Tribunal Supremo. Sala de lo Penal.
Sentencia 126/20

«Por tanto -se dice en las STS 765/2001, de 19 de julio- el motivo de casación alegado no permite una nueva
valoración de la prueba documental en su conjunto sino que exclusivamente autoriza la rectificación del relato
de hechos probados para incluir en él un hecho que el tribunal omitió erróneamente declarar probado, cuando
su existencia resulta incuestionable del particular del documento designado, o bien para excluir de dicho relato
unos hechos que el tribunal declaró probados erróneamente, ya que su inexistencia resulta de la misma forma
incuestionable del particular del documento que el recurrente designa.
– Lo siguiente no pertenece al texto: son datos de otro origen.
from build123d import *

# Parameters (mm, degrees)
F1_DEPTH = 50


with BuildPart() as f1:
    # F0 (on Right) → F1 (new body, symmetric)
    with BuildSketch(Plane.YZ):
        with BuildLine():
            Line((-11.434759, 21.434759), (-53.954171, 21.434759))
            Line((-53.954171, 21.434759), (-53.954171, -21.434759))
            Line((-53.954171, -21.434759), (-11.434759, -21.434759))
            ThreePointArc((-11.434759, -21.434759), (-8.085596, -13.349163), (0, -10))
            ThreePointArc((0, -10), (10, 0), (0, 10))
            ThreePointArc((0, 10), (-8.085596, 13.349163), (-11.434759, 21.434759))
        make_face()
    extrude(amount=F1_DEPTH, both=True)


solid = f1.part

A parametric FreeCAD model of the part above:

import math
import FreeCAD as App
import Part
import Sketcher
from FreeCAD import Vector

doc = App.newDocument("Part")
body = doc.addObject("PartDesign::Body", "Body")

# Sketch on YZ plane
sketch1 = body.newObject("Sketcher::SketchObject", "Sketch")
sketch1.AttachmentSupport = (doc.getObject("YZ_Plane"), [""])
sketch1.MapMode = "FlatFace"
sketch1.addGeometry([
    Part.LineSegment(Vector(-11, 21, 0), Vector(-54, 21, 0)),  # 0
    Part.LineSegment(Vector(-54, 21, 0), Vector(-54, -21, 0)),  # 1
    Part.LineSegment(Vector(-54, -21, 0), Vector(-11, -21, 0)),  # 2
    Part.ArcOfCircle(Part.Circle(Vector(0, -21, 0), Vector(0, 0, 1), 11), math.radians(90), math.radians(180)),  # 3
    Part.ArcOfCircle(Part.Circle(Vector(0, 0, 0), Vector(0, 0, 1), 10), math.radians(-90), math.radians(90)),  # 4
    Part.ArcOfCircle(Part.Circle(Vector(0, 21, 0), Vector(0, 0, 1), 11), math.radians(180), math.radians(270)),  # 5
], False)
sketch1.addConstraint([
    Sketcher.Constraint("Coincident", 0, 2, 1, 1),
    Sketcher.Constraint("Coincident", 1, 2, 2, 1),
    Sketcher.Constraint("Coincident", 2, 2, 3, 2),
    Sketcher.Constraint("Tangent", 3, 1, 4, 1),
    Sketcher.Constraint("Tangent", 4, 2, 5, 2),
    Sketcher.Constraint("Coincident", 5, 1, 0, 1),
    Sketcher.Constraint("Horizontal", 0),
    Sketcher.Constraint("Vertical", 1),
    Sketcher.Constraint("Horizontal", 2),
    Sketcher.Constraint("Coincident", 4, 3, -1, 1),
    Sketcher.Constraint("Equal", 3, 5),
    Sketcher.Constraint("Symmetric", 2, 2, 5, 1, -1),
    Sketcher.Constraint("PointOnObject", 3, 3, -2),
    Sketcher.Constraint("Horizontal", 5, 3, 0, 2),
    Sketcher.Constraint("Radius", 4, 10.0),
    Sketcher.Constraint("Radius", 3, 11.434758),
    Sketcher.Constraint("DistanceX", 0, 2, 0, 1, 42.519412),
])
pad1 = body.newObject("PartDesign::Pad", "Pad")
pad1.Profile = sketch1
pad1.Length = 100
pad1.Midplane = True

doc.recompute()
Además, como se ha dicho, es preciso
que sobre el particular cuestionado no existan otros elementos de prueba, ya que, en esos casos, lo que estaría
bajo discusión, sería la racionalidad del proceso valorativo por la vía de la presunción de inocencia en caso de
sentencias condenatorias o de la interdicción de la arbitrariedad.
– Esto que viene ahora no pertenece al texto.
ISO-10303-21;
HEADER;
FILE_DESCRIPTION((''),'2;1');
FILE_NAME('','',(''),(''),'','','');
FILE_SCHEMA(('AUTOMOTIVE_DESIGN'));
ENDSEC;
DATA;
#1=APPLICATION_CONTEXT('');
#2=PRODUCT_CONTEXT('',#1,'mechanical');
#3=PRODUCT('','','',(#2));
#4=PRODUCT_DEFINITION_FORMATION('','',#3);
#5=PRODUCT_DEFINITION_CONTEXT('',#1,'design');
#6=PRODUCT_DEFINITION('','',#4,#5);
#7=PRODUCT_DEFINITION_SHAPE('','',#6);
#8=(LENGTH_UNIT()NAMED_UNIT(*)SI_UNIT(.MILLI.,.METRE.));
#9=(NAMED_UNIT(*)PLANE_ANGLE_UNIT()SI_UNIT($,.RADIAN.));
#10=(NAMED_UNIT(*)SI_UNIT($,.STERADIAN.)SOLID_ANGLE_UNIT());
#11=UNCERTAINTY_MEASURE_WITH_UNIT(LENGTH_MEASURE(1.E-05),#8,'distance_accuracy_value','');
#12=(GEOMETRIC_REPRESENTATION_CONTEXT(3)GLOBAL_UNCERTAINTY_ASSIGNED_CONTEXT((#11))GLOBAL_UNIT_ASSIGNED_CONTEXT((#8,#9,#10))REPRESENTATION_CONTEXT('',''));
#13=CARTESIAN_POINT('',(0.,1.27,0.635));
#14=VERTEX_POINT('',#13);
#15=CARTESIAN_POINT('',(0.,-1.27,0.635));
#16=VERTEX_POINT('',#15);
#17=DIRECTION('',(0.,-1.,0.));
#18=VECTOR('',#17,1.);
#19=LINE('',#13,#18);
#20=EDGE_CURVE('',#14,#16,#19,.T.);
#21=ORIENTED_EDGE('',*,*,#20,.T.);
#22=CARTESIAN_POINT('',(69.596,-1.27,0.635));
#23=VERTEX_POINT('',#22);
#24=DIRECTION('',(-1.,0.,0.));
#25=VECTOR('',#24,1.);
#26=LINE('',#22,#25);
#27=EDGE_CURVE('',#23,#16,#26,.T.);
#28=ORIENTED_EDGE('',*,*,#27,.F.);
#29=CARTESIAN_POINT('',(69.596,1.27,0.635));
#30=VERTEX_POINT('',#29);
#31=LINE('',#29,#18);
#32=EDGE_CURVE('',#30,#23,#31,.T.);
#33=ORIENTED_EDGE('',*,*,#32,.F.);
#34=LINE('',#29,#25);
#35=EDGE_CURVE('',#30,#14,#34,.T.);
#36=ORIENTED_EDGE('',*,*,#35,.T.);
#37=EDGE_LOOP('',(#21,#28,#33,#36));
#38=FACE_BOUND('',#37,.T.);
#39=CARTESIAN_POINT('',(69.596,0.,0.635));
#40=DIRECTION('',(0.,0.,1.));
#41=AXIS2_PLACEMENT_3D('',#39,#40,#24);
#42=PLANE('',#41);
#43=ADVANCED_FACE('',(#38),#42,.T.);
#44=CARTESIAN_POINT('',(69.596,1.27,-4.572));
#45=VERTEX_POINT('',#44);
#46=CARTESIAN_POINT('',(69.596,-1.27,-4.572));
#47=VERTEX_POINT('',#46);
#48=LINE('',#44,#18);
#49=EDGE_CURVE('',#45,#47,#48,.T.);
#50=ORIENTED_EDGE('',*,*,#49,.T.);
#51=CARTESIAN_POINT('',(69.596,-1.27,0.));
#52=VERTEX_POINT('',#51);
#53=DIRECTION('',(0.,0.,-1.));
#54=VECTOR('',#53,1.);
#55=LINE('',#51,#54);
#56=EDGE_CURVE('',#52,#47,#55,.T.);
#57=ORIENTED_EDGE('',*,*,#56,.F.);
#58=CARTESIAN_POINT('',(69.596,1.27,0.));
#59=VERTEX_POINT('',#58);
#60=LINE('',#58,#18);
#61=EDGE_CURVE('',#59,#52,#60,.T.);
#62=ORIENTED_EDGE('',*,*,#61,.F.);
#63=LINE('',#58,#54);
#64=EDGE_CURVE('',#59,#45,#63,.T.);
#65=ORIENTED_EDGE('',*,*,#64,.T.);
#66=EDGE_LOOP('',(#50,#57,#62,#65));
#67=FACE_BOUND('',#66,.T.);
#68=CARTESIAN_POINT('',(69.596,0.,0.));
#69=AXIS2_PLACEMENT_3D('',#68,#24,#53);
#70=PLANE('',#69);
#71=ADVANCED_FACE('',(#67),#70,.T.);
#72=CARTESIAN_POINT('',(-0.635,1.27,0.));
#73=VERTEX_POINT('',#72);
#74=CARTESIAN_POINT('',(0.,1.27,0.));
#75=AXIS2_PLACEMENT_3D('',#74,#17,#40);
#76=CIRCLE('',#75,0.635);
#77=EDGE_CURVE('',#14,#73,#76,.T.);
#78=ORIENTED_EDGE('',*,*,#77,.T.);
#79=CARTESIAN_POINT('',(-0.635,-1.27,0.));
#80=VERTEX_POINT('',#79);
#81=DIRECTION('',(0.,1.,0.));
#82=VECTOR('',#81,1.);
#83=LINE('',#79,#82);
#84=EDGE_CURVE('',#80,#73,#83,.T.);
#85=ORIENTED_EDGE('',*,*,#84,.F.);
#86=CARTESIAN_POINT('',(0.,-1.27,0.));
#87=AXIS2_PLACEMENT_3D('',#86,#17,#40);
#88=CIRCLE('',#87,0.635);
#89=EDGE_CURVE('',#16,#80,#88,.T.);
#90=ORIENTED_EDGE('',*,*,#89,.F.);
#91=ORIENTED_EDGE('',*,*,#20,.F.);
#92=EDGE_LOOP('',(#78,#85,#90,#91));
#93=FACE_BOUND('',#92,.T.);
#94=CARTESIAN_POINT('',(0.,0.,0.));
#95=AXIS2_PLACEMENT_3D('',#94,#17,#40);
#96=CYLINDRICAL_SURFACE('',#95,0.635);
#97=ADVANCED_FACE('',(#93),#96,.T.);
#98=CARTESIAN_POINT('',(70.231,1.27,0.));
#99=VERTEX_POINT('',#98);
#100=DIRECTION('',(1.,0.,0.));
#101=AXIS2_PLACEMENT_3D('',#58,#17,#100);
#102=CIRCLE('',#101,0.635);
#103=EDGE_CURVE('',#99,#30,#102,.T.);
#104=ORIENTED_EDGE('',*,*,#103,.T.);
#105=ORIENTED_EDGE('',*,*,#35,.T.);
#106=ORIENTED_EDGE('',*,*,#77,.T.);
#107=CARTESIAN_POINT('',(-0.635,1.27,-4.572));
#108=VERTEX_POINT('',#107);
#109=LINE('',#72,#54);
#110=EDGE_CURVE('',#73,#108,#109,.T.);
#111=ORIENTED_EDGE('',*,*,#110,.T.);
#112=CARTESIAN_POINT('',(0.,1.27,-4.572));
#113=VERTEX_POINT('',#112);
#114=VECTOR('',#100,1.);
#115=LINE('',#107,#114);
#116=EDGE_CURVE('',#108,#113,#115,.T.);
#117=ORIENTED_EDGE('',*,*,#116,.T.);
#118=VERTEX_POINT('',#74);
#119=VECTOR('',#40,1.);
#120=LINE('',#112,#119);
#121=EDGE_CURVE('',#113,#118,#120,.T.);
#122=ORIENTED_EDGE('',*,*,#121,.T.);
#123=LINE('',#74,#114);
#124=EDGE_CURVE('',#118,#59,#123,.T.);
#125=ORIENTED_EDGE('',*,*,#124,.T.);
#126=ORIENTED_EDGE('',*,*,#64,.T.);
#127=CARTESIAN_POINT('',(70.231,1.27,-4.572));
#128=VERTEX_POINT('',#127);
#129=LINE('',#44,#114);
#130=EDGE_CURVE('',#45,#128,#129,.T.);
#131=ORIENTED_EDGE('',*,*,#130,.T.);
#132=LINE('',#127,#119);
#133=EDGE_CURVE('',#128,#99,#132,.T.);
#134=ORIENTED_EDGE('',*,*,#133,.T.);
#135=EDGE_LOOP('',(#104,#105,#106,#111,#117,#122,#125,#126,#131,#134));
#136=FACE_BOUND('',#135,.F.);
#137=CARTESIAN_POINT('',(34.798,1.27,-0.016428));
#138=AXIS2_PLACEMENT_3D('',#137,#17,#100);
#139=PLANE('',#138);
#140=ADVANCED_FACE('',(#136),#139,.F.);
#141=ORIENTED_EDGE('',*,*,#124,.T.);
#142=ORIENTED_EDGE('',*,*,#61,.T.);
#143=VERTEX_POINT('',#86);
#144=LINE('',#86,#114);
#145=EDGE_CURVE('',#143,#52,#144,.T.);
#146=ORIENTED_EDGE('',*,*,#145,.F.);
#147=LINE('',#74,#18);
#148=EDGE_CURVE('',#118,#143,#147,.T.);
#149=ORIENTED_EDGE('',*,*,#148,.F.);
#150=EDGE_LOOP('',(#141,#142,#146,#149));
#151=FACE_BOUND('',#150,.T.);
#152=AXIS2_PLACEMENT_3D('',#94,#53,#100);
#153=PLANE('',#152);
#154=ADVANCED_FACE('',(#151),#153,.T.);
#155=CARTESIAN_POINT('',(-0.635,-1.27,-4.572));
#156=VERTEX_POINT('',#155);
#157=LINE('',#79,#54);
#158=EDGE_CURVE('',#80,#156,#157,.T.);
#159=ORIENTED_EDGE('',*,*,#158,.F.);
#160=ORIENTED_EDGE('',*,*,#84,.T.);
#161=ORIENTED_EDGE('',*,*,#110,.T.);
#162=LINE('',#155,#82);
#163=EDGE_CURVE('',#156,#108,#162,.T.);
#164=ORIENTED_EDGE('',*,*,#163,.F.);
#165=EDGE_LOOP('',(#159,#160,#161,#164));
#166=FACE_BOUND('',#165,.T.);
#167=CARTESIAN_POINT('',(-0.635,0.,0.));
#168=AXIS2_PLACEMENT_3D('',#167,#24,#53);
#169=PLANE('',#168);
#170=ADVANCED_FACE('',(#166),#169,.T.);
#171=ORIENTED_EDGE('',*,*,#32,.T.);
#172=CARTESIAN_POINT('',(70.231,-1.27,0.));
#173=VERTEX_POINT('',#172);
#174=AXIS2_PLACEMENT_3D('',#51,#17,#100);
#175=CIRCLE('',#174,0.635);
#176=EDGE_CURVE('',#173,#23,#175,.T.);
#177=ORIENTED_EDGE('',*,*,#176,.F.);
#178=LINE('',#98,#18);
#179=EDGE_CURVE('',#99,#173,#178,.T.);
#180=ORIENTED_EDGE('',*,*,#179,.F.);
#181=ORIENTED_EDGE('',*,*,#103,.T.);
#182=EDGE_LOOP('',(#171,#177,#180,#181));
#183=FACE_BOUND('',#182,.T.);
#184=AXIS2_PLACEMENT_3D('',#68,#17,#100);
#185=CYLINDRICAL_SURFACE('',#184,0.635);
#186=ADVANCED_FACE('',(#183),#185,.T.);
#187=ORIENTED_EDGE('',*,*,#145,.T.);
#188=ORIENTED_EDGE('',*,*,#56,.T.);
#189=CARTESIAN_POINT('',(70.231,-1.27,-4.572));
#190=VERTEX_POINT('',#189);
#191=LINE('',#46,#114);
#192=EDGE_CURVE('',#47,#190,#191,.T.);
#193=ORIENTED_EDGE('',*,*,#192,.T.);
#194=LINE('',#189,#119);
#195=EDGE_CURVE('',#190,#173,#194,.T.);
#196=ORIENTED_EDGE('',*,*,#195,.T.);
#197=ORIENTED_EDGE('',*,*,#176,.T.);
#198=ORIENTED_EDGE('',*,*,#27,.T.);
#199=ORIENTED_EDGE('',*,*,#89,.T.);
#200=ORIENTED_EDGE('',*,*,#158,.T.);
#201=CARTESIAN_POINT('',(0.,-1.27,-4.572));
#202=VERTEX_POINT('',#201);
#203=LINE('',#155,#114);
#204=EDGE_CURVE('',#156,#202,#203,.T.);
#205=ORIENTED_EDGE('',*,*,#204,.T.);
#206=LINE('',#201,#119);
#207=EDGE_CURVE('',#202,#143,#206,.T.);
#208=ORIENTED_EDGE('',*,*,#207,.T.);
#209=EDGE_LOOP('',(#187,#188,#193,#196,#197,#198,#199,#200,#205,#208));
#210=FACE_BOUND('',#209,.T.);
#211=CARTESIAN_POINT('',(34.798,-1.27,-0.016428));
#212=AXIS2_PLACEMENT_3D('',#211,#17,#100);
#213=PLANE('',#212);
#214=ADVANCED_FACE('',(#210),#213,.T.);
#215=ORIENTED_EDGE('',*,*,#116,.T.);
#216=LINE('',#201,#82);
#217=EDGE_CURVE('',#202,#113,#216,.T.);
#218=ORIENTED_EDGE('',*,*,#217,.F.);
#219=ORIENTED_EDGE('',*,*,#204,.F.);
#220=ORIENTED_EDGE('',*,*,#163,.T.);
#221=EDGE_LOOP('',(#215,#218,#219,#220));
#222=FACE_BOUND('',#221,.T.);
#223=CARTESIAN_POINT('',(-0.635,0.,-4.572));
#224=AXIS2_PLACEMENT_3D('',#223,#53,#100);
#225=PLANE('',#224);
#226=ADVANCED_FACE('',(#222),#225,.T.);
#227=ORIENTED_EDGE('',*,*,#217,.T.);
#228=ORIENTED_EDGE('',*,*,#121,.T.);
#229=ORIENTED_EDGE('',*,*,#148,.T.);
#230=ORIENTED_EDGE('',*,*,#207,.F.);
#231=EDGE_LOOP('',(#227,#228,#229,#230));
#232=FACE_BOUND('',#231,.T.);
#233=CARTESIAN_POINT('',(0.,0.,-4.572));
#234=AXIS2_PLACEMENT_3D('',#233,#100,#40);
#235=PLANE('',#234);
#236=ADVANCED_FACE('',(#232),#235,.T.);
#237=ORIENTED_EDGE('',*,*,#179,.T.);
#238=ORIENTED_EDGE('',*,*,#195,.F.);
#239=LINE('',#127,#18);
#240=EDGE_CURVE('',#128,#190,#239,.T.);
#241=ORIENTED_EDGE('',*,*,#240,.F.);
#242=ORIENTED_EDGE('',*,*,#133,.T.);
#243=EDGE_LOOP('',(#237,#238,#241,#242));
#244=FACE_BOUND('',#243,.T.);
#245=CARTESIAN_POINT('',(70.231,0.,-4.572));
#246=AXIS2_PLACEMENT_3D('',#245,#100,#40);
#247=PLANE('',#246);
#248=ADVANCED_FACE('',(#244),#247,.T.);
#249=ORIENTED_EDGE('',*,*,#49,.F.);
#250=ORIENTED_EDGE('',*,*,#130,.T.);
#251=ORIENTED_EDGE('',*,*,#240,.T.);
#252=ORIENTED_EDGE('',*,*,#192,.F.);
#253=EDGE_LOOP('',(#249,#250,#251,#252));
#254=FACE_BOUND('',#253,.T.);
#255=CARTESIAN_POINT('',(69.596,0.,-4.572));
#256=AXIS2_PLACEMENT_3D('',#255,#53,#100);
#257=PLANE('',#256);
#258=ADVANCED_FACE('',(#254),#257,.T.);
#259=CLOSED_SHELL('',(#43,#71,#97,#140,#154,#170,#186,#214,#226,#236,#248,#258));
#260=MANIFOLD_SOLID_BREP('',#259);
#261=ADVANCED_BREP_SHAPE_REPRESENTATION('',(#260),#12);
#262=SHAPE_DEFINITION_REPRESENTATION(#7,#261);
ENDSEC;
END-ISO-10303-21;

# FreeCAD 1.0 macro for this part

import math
import FreeCAD as App
import Part
import Sketcher
from FreeCAD import Vector
Q = App.Units.Quantity

doc = App.newDocument("Part")
body = doc.addObject("PartDesign::Body", "Body")

sketch1 = body.newObject("Sketcher::SketchObject", "Sketch")
sketch1.AttachmentSupport = (doc.getObject("XZ_Plane"), [""])
sketch1.MapMode = "FlatFace"
sketch1.addGeometry(Part.LineSegment(Vector(0, -4.6, 0), Vector(0, 0, 0)), False)
sketch1.addGeometry(Part.LineSegment(Vector(0, 0, 0), Vector(69.6, 0, 0)), False)
sketch1.addGeometry(Part.LineSegment(Vector(69.6, 0, 0), Vector(69.6, -4.6, 0)), False)
sketch1.addGeometry(Part.LineSegment(Vector(69.6, -4.6, 0), Vector(70.2, -4.6, 0)), False)
sketch1.addGeometry(Part.LineSegment(Vector(70.2, -4.6, 0), Vector(70.2, 0, 0)), False)
sketch1.addGeometry(Part.ArcOfCircle(Part.Circle(Vector(69.6, 0, 0), Vector(0, 0, 1), 0.6), math.radians(0), math.radians(90)), False)
sketch1.addGeometry(Part.LineSegment(Vector(69.6, 0.6, 0), Vector(0, 0.6, 0)), False)
sketch1.addGeometry(Part.ArcOfCircle(Part.Circle(Vector(0, 0, 0), Vector(0, 0, 1), 0.6), math.radians(90), math.radians(180)), False)
sketch1.addGeometry(Part.LineSegment(Vector(-0.6, 0, 0), Vector(-0.6, -4.6, 0)), False)
sketch1.addGeometry(Part.LineSegment(Vector(-0.6, -4.6, 0), Vector(0, -4.6, 0)), False)
sketch1.addConstraint(Sketcher.Constraint("Coincident", 0, 2, 1, 1))
sketch1.addConstraint(Sketcher.Constraint("Coincident", 1, 2, 2, 1))
sketch1.addConstraint(Sketcher.Constraint("Coincident", 2, 2, 3, 1))
sketch1.addConstraint(Sketcher.Constraint("Coincident", 3, 2, 4, 1))
sketch1.addConstraint(Sketcher.Constraint("Tangent", 4, 2, 5, 1))
sketch1.addConstraint(Sketcher.Constraint("Tangent", 5, 2, 6, 1))
sketch1.addConstraint(Sketcher.Constraint("Tangent", 6, 2, 7, 1))
sketch1.addConstraint(Sketcher.Constraint("Tangent", 7, 2, 8, 1))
Hay que advertir que los informes periciales no resultan vinculantes para el órgano de enjuiciamiento. Los
informes periciales, como decimos, no son literosuficientes para evidenciar el error en la valoración de la
prueba que se denuncia. El primer requisito que exige el artículo 849.2º de la Ley de Enjuiciamiento Criminal
es que el error surja de forma incontestable del particular de un documento. Este carácter no puede atribuirse,
como se ha dicho, a las pruebas personales. En cuanto a la prueba pericial, esta Sala ha señalado en numerosas
ocasiones que, en realidad, se trata de una prueba personal, aunque excepcionalmente le haya reconocido
virtualidad para permitir la alteración del relato fáctico cuando el Tribunal haya estimado el dictamen o
dictámenes coincidentes como base única de los hechos declarados probados, pero incorporándolos a dicha
declaración de un modo incompleto o contradictorio, de modo que se altere relevantemente su sentido
originario o bien cuando haya llegado a conclusiones divergentes con las de los citados informes, sin expresar
razones que lo justifiquen.

En efecto, según se indica en la reciente STS 207/2017, de 28 de marzo , «[…] la finalidad del motivo previsto en el art. 849.2 LECrim, consiste en modificar, suprimir o adicionar el relato histórico mediante la incorporación de datos incontrovertibles acreditados mediante pruebas auténticamente documentales, normalmente de procedencia extrínseca a la causa, que prueben directamente y sin necesidad de referencia a otros medios
probatorios o complejas deducciones, el error que se denuncia y siempre que en la causa no existan otros
elementos probatorios de signo contrario ( STS núm. 126/2015, de 12 de mayo ) […]».»